What needs to be done:
Among the lines below, keep only those from the one containing "# ﾐﾗｰ1: ｶｯﾄ - 押し出し3 across plane" through the one containing "Circle(MIRROR_3_COPY_2_SKETCH_R)", and reproduce them exactly.

=== Begin Enclosure ===

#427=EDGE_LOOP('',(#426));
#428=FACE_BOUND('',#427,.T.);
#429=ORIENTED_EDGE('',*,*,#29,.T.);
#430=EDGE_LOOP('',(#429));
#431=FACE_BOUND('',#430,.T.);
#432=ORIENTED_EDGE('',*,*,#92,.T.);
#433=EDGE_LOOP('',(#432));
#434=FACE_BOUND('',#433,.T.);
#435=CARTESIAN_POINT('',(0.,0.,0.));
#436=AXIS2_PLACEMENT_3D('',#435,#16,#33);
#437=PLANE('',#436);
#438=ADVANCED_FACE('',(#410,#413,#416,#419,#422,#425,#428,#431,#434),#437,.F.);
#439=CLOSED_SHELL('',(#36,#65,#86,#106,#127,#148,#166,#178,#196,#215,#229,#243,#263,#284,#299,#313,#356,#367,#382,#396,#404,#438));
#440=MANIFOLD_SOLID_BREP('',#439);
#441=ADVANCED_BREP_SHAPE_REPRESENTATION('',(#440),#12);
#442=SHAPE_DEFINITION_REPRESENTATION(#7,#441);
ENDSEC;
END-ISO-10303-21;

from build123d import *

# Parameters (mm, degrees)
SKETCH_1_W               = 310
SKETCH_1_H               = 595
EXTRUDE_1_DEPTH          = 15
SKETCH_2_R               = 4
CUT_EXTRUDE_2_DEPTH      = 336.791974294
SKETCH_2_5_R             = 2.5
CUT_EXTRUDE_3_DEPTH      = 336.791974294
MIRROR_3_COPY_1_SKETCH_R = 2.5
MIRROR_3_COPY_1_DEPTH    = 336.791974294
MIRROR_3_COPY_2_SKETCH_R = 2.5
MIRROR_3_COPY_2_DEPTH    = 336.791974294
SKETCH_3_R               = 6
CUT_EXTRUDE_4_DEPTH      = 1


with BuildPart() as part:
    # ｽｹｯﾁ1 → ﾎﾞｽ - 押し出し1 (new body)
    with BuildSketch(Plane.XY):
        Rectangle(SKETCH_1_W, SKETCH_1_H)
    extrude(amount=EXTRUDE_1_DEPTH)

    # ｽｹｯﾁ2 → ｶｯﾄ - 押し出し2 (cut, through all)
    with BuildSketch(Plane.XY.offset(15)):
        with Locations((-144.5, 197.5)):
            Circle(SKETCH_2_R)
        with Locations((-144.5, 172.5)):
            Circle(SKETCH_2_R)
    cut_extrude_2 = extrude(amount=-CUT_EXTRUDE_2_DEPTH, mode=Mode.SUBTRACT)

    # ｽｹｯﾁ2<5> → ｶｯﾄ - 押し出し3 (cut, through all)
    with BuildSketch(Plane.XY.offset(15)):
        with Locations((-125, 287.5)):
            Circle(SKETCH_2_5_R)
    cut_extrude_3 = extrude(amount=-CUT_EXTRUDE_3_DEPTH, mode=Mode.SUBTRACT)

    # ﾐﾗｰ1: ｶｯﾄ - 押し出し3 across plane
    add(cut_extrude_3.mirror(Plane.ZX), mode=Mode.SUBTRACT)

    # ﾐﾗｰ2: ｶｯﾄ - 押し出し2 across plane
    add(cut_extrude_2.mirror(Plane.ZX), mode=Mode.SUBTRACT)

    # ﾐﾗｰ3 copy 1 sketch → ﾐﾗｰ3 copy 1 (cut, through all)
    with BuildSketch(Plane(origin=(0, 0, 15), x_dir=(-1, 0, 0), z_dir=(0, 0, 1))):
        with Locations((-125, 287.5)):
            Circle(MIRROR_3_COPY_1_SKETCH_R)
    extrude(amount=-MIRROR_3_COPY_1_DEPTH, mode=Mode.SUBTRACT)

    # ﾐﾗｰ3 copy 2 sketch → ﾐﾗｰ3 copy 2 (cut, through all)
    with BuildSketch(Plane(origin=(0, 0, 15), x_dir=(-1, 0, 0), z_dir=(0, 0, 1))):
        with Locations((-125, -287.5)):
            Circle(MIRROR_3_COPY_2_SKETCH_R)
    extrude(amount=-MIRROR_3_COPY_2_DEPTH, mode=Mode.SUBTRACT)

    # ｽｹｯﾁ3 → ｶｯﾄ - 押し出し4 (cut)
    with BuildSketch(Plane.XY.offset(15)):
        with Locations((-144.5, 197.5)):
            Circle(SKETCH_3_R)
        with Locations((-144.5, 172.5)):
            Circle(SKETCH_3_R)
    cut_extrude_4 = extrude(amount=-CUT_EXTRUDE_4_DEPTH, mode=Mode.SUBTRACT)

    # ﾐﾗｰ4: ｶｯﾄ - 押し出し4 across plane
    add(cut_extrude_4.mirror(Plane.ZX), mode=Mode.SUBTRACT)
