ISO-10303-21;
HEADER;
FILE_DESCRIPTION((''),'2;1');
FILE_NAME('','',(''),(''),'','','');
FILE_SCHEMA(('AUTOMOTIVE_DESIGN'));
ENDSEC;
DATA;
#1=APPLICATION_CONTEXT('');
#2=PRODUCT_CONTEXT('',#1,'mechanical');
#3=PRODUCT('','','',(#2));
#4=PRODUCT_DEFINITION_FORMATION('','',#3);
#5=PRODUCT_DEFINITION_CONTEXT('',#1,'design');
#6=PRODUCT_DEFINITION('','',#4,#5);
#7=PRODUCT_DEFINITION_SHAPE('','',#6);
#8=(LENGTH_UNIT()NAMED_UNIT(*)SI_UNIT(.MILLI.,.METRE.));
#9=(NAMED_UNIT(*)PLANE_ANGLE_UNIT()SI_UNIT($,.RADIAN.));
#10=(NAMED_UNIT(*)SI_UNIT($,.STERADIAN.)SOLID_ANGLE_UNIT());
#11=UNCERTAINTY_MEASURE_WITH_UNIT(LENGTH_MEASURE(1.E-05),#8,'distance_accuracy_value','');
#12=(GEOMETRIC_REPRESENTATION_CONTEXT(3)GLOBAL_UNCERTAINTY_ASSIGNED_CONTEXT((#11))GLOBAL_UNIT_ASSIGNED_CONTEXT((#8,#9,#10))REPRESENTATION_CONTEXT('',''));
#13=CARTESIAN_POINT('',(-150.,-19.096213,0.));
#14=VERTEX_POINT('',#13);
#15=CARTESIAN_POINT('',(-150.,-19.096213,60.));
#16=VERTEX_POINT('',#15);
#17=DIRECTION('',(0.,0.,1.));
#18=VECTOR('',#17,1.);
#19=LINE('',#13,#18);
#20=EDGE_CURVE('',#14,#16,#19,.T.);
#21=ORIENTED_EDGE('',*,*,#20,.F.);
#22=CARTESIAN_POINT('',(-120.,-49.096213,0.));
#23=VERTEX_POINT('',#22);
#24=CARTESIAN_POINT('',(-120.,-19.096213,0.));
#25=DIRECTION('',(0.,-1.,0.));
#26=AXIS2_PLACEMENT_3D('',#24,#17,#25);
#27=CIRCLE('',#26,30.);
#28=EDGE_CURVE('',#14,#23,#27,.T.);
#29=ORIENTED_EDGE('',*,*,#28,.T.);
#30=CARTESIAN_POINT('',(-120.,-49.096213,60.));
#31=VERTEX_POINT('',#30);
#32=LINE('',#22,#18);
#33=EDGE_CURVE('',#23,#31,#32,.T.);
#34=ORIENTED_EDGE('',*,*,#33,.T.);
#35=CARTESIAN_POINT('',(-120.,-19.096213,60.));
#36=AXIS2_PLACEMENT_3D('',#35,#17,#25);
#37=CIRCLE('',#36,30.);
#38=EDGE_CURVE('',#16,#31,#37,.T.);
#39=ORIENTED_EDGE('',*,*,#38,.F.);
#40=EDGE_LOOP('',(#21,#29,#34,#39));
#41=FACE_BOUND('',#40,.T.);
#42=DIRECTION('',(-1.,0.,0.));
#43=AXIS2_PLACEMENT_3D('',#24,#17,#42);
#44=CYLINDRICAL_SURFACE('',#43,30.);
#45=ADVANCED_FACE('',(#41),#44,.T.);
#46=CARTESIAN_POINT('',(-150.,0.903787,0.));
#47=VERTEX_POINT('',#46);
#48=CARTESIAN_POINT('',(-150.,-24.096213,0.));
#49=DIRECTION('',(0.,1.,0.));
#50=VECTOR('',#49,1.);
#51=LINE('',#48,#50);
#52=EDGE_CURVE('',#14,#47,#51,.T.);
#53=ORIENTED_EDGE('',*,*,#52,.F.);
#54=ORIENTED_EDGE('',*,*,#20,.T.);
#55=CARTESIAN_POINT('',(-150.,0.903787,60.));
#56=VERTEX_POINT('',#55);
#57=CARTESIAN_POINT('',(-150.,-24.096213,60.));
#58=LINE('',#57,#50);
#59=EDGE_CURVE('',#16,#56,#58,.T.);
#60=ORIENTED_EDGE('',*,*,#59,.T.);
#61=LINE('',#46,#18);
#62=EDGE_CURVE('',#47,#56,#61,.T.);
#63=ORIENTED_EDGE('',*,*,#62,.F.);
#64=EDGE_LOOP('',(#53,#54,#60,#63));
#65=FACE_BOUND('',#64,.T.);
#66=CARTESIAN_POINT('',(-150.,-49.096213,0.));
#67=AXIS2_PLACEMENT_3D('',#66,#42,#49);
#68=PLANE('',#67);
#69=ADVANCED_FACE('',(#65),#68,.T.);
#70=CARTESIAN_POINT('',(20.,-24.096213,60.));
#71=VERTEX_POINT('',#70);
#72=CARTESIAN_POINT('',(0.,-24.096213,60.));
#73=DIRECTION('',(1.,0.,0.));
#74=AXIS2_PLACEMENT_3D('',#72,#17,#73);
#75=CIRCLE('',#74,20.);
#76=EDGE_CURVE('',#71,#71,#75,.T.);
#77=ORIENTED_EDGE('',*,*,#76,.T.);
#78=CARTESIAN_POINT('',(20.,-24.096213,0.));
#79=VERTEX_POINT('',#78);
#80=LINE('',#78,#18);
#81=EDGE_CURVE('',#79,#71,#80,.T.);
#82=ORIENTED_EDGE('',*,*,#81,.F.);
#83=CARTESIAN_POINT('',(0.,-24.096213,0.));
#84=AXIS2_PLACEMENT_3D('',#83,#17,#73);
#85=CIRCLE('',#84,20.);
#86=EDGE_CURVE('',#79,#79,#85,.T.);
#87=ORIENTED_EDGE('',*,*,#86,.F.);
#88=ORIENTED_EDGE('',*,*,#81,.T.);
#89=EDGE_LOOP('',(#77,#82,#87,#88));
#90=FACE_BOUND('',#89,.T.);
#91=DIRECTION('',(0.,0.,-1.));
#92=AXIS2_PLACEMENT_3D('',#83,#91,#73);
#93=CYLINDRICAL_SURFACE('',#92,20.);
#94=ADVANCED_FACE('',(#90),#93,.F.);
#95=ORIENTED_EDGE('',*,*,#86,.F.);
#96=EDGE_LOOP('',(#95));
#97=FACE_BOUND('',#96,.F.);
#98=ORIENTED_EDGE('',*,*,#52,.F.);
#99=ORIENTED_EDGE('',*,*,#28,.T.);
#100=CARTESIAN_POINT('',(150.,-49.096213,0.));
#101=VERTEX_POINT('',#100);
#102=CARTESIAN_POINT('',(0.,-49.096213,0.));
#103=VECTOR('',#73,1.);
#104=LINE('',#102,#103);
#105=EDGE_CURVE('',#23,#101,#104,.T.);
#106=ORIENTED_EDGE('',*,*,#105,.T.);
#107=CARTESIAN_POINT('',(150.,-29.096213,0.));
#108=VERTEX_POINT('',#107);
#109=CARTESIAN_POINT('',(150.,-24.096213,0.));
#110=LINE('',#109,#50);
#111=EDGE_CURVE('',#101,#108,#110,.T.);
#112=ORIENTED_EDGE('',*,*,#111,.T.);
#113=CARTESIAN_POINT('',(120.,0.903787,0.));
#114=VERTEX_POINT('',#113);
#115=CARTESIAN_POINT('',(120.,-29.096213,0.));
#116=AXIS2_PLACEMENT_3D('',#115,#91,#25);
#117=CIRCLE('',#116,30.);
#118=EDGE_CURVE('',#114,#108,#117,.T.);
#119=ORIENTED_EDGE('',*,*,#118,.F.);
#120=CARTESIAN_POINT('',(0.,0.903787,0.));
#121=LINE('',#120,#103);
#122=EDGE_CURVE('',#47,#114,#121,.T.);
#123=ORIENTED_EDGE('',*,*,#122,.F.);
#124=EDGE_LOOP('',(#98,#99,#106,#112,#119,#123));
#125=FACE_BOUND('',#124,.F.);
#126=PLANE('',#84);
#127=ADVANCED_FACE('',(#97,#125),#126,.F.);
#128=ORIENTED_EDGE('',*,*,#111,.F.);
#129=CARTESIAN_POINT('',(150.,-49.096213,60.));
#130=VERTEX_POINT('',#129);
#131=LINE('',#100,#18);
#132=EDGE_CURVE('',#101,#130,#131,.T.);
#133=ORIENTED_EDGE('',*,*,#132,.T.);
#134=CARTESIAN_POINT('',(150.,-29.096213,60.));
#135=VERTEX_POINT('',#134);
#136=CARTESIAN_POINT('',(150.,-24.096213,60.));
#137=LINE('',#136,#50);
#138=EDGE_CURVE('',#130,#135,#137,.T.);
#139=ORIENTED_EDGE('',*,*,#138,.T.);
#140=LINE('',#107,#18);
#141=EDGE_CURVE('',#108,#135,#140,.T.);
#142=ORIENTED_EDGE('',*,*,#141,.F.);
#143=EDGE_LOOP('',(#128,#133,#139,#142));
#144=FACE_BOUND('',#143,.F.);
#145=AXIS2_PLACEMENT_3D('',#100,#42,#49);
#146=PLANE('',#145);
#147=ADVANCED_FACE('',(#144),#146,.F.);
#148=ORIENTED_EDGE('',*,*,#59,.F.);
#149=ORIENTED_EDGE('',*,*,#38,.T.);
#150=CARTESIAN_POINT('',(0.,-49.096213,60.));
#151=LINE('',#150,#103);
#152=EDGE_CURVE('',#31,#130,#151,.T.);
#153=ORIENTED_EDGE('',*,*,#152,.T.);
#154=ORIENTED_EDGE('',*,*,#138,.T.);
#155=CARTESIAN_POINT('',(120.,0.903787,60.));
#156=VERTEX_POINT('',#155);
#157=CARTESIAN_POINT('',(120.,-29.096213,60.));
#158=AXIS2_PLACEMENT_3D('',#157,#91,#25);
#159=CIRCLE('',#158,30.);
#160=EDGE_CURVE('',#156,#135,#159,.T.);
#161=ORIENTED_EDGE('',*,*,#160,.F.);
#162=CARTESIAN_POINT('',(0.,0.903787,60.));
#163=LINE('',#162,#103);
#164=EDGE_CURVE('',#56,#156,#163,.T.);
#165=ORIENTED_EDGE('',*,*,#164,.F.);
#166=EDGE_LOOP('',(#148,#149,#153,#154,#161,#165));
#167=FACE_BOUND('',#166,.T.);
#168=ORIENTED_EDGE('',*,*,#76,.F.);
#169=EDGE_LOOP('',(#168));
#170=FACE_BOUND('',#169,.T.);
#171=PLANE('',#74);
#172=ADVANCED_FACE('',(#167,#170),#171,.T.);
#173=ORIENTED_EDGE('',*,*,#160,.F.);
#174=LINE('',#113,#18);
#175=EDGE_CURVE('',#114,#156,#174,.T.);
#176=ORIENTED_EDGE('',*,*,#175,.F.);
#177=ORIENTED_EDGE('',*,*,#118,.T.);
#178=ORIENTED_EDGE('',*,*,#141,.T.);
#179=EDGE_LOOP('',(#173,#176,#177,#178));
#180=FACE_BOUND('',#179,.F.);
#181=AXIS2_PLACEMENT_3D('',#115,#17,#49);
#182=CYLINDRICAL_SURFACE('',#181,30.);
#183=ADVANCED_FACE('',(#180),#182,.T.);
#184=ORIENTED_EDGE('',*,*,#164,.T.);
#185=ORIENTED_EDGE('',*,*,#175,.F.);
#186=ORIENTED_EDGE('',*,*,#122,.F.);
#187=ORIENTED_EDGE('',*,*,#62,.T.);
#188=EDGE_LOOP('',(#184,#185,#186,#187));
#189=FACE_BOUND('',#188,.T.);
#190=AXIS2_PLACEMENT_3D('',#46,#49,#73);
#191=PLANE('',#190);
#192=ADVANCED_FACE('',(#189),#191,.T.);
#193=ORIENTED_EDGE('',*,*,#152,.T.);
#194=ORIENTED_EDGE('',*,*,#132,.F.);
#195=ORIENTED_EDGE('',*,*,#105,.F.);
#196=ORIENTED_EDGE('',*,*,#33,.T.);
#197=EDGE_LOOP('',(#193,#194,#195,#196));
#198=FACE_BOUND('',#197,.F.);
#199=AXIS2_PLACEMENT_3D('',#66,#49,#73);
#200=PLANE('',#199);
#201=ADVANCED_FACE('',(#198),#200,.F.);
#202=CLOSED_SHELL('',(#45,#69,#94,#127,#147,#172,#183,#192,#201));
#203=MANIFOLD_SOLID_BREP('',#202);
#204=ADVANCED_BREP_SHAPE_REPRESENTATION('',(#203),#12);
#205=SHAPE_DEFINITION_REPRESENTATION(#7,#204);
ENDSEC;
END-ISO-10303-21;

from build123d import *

# Parameters (mm, degrees)
F0_W     = 300
F0_H     = 50
F0_R     = 20
F1_DEPTH = 60
F2_R     = 30


with BuildPart() as f1:
    # F0 (on Top) → F1 (new body)
    with BuildSketch(Plane.XY):
        with Locations((0, -24.096213)):
            Rectangle(F0_W, F0_H)
        with Locations((0, -24.096213)):
            Circle(F0_R, mode=Mode.SUBTRACT)
    extrude(amount=F1_DEPTH)

    # F2
    f2_edges = [f1.edges().sort_by_distance(p)[0] for p in [
        (-150, -49.096213, 30),
        (150, 0.903787, 30),
    ]]
    fillet(f2_edges, radius=F2_R)


solid = f1.part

=== End Enclosure ===

Task result:
    # ﾐﾗｰ1: ｶｯﾄ - 押し出し3 across plane
    add(cut_extrude_3.mirror(Plane.ZX), mode=Mode.SUBTRACT)

    # ﾐﾗｰ2: ｶｯﾄ - 押し出し2 across plane
    add(cut_extrude_2.mirror(Plane.ZX), mode=Mode.SUBTRACT)

    # ﾐﾗｰ3 copy 1 sketch → ﾐﾗｰ3 copy 1 (cut, through all)
    with BuildSketch(Plane(origin=(0, 0, 15), x_dir=(-1, 0, 0), z_dir=(0, 0, 1))):
        with Locations((-125, 287.5)):
            Circle(MIRROR_3_COPY_1_SKETCH_R)
    extrude(amount=-MIRROR_3_COPY_1_DEPTH, mode=Mode.SUBTRACT)

    # ﾐﾗｰ3 copy 2 sketch → ﾐﾗｰ3 copy 2 (cut, through all)
    with BuildSketch(Plane(origin=(0, 0, 15), x_dir=(-1, 0, 0), z_dir=(0, 0, 1))):
        with Locations((-125, -287.5)):
            Circle(MIRROR_3_COPY_2_SKETCH_R)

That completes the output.